I have the following spark job:
from __future__ import print_function
import os
import sys
import time
from random import random
from operator import add
from pyspark.streaming import StreamingContext
from pyspark import SparkContext,SparkConf
from pyspark.streaming.kafka import KafkaUtils
from pyspark.sql import SQLContext, Row
from pyspark.streaming import StreamingContext
from pyspark_cassandra import streaming,CassandraSparkContext
if __name__ == "__main__":
conf = SparkConf().setAppName("PySpark Cassandra Test")

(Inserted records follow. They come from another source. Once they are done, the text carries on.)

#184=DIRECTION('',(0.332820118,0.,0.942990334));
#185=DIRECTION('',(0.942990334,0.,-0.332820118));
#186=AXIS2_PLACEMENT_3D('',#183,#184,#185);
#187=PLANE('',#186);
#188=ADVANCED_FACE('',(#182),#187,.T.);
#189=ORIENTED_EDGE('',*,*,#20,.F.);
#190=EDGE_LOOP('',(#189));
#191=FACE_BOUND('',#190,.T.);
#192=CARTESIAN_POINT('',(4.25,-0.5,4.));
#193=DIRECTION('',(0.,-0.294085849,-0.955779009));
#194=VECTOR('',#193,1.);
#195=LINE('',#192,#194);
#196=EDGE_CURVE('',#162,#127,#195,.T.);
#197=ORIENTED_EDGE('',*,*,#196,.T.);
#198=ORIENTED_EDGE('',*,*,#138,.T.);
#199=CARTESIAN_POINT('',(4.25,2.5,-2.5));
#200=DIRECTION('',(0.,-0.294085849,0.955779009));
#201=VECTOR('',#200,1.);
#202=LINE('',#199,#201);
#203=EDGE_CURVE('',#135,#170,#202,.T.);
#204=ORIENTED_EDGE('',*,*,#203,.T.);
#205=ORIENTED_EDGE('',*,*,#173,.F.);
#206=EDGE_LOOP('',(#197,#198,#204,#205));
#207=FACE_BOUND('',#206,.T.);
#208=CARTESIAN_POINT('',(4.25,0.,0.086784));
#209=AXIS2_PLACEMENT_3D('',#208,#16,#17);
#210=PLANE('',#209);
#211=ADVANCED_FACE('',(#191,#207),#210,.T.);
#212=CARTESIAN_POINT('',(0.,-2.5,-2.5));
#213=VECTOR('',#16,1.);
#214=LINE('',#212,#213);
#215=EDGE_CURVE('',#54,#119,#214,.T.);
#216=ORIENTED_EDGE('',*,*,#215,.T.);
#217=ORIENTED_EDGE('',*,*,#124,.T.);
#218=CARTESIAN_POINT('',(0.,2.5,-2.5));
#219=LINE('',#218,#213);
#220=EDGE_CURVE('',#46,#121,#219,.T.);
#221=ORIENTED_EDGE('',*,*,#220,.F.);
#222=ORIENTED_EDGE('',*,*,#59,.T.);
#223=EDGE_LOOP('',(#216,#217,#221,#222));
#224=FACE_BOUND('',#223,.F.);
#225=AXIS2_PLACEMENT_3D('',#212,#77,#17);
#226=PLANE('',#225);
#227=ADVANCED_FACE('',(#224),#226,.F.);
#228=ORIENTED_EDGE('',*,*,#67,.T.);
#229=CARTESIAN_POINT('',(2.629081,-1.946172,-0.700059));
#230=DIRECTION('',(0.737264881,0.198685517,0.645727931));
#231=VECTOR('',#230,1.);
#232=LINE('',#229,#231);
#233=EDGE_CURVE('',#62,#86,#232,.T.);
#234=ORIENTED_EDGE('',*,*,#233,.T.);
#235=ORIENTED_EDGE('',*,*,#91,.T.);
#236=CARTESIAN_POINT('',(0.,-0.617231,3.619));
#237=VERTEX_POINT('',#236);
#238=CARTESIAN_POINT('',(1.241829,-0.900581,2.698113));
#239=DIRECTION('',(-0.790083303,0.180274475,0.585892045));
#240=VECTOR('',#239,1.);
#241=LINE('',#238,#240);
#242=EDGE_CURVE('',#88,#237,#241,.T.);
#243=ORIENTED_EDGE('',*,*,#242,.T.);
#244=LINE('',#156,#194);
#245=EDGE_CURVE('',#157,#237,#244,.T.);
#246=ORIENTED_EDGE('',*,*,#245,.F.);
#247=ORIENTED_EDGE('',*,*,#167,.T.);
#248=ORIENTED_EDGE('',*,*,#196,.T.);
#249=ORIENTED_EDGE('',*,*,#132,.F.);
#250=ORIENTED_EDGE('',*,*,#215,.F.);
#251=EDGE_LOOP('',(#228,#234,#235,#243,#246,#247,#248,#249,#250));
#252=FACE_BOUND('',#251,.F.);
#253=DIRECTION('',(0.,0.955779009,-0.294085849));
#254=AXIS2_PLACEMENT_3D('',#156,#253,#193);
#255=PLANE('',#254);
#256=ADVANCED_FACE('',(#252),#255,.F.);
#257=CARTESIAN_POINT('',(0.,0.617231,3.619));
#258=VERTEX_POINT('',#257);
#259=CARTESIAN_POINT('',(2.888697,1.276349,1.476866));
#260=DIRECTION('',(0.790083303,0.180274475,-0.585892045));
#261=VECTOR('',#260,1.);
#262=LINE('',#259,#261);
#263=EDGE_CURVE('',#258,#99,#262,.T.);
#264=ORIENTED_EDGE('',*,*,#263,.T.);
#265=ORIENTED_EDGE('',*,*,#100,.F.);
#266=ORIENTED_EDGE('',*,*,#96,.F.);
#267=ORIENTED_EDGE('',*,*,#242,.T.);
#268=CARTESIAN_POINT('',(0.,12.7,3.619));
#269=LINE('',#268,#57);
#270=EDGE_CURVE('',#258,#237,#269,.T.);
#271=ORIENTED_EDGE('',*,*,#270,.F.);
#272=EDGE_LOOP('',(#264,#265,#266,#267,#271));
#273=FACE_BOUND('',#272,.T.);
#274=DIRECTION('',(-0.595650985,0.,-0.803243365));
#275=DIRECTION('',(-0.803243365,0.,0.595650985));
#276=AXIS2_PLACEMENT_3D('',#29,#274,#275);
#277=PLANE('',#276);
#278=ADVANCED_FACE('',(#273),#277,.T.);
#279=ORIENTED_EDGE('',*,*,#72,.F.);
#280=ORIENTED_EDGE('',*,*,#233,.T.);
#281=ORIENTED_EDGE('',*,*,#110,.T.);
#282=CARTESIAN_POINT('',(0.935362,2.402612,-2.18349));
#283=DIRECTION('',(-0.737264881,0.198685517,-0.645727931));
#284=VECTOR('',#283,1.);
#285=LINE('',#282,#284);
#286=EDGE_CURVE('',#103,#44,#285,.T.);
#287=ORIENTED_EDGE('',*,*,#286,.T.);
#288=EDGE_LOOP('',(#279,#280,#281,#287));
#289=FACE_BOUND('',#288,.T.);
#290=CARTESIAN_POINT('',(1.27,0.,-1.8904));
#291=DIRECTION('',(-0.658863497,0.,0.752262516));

sc = CassandraSparkContext(conf=conf)
stream = StreamingContext(sc, 2)
rdd=sc.cassandraTable("keyspace2","users").collect()
#print rdd
stream.start()
stream.awaitTermination()
sc.stop()
When I run this, it gives me the following error:
ERROR StreamingContext: Error starting the context, marking it as stopped
java.lang.IllegalArgumentException: requirement failed: \
No output operations registered, so nothing to execute
the shell script I run:
./bin/spark-submit --packages TargetHolding:pyspark-cassandra:0.2.4 example
s/src/main/python/test/reading-cassandra.py
Comparing spark streaming with kafka, I have this line missing from the above code:
kafkaStream = KafkaUtils.createStream(stream, 'localhost:2181', "name", {'topic':1})
where I'm actually using createStream
but for cassandra, I can't see anything like this on the docs. How do I start the streaming between spark streaming and cassandra?
Versions:
Cassandra v2.1.12
Spark v1.4.1
Scala 2.10